The rotor structure of the invention can also comprise a plurality of layers of blades such as a third blade, a fourth blade and the like, the blades are in an upper-lower laminated structure, a switching device is arranged between the adjacent blades for adjusting the merging or crossing state of the blades, and the two layers of blades are taken as an example and further described below.

Referring to fig. 3 and 4, when the first blade 110 and the second blade 120 are in a crossing state or in a parallel or approximately parallel state with the aircraft heading, the first blade 110 and the second blade 120 are locked relatively by a position locking device 135 in the switching device 130. In an embodiment of the present invention, the converting apparatus 130 includes a first base 131, a second base 132 and a position locking apparatus 135, the first base 131 is disposed on the first blade 110 and fixedly connected thereto, the second base 132 is disposed on the second blade 120 and fixedly connected thereto, the second base 132 is rotatably connected to the first base 131, and the position locking apparatus 135 is disposed between the first base 131 and the second base 132 for locking the second base 132 to prevent relative rotation between the first base 131 and the second base 132 (the first blade 110 and the second blade 120).

Referring to fig. 3 and 4, the structures of the first seat 131 and the second seat 132 are not limited, and preferably, the first seat 131 and the second seat 132 both adopt a cylindrical structure, which can reduce air resistance during rotation. The first base body 131 is fixed to the first blade 110 by the fastening bolts 140, the second base body 132 is fixed to the second blade 120 by the fastening bolts 140, for example, a plurality of screw holes are formed in the first base body 131 along the circumferential direction, a plurality of screw holes are correspondingly formed in the first blade 131, and the first blade 110 is connected to the first base body 131 and the screw holes of the first blade 110 by the fastening bolts 140 in a one-to-one correspondence manner, so as to achieve the fixed connection between the first base body 131 and the first blade 110. Similarly, the second base 132 and the second blade 120 are provided with a plurality of screw holes, and the fastening bolts 140 are used to connect the screw holes of the second base 132 and the second blade 120 in a one-to-one correspondence manner, so as to achieve the fixed connection between the second base 132 and the second blade 120.

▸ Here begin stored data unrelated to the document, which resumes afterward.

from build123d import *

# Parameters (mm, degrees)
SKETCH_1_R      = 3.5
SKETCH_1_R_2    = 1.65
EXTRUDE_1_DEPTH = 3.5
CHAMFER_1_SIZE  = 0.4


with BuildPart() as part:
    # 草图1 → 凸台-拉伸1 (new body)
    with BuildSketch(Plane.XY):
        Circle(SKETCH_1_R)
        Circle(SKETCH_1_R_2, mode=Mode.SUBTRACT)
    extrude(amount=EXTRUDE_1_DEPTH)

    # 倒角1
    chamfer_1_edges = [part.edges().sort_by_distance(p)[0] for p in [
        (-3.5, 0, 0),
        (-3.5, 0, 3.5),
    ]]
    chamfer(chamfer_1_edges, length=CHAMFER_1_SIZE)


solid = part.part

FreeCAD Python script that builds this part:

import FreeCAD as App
import Part
import Sketcher

V = App.Vector
Q = App.Units.Quantity


def edges_at(feature, points):
    """Names of the edges that pass closest to the given points."""
    edges = feature.Shape.Edges
    near = lambda p: min(range(len(edges)), key=lambda i: edges[i].distToShape(Part.Vertex(*p))[0])
    return sorted({f"Edge{near(p) + 1}" for p in points})

doc = App.newDocument("Part")
body = doc.addObject("PartDesign::Body", "Body")

sketch1 = body.newObject("Sketcher::SketchObject", "Sketch")
sketch1.AttachmentSupport = (doc.getObject("XY_Plane"), [""])
sketch1.MapMode = "FlatFace"
sketch1.addGeometry(Part.Circle(V(0, 0, 0), V(0, 0, 1), 3.5), False)
sketch1.addGeometry(Part.Circle(V(0, 0, 0), V(0, 0, 1), 1.6), False)
sketch1.addConstraint(Sketcher.Constraint("Coincident", 0, 3, -1, 1))
sketch1.addConstraint(Sketcher.Constraint("Coincident", 1, 3, -1, 1))
sketch1.addConstraint(Sketcher.Constraint("Diameter", 0, Q("7 mm")))
sketch1.addConstraint(Sketcher.Constraint("Diameter", 1, Q("3.3 mm")))
pad1 = body.newObject("PartDesign::Pad", "Pad")
pad1.Profile = sketch1
pad1.Length = 3.5
doc.recompute()

chamfer = body.newObject("PartDesign::Chamfer", "Chamfer")
chamfer.Base = (pad1, edges_at(pad1, [(-3.5, 0, 0), (-3.5, 0, 3.5)]))
chamfer.Size = 0.4

doc.recompute()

Referring to fig. 4 to 8, in an embodiment, the first base 131 is rotatably connected to the second base 132 through a rotating structure 133, the rotating structure 133 includes a rotating shaft 1331 and a bearing 1332, one end of the rotating shaft 1331 is fixedly connected to the first base 131, and the other end is rotatably connected to the second base 132 through the bearing 1332. Specifically, a first through hole is formed in the rotation center of the first base 131, a second through hole is formed in the rotation center of the second base 132, one end of the rotating shaft 1331 passes through the first through hole and is fixedly connected to the first through hole, and the other end of the rotating shaft 1331 sequentially passes through the second through hole of the second base 132 and the through hole of the second blade 120 and is rotatably connected to the second through hole through the bearing 1332. Preferably, the upper end of the second blade 120 is provided with an axial limiting device 136 for limiting the axial direction of the conversion device 130, so as to prevent the blade from shaking or falling off during the rotation process. The axial limiting device 136 may be, for example, a nut, and the rotating shaft 1331 is provided with a thread matching with the nut, so that the axial limitation of the conversion device 130 is realized through the matching of the nut and the thread. In other embodiments, the axial limiting device 136 may also be selected from other locking structures, and any structure capable of axially fixing the conversion device is within the scope of the present invention.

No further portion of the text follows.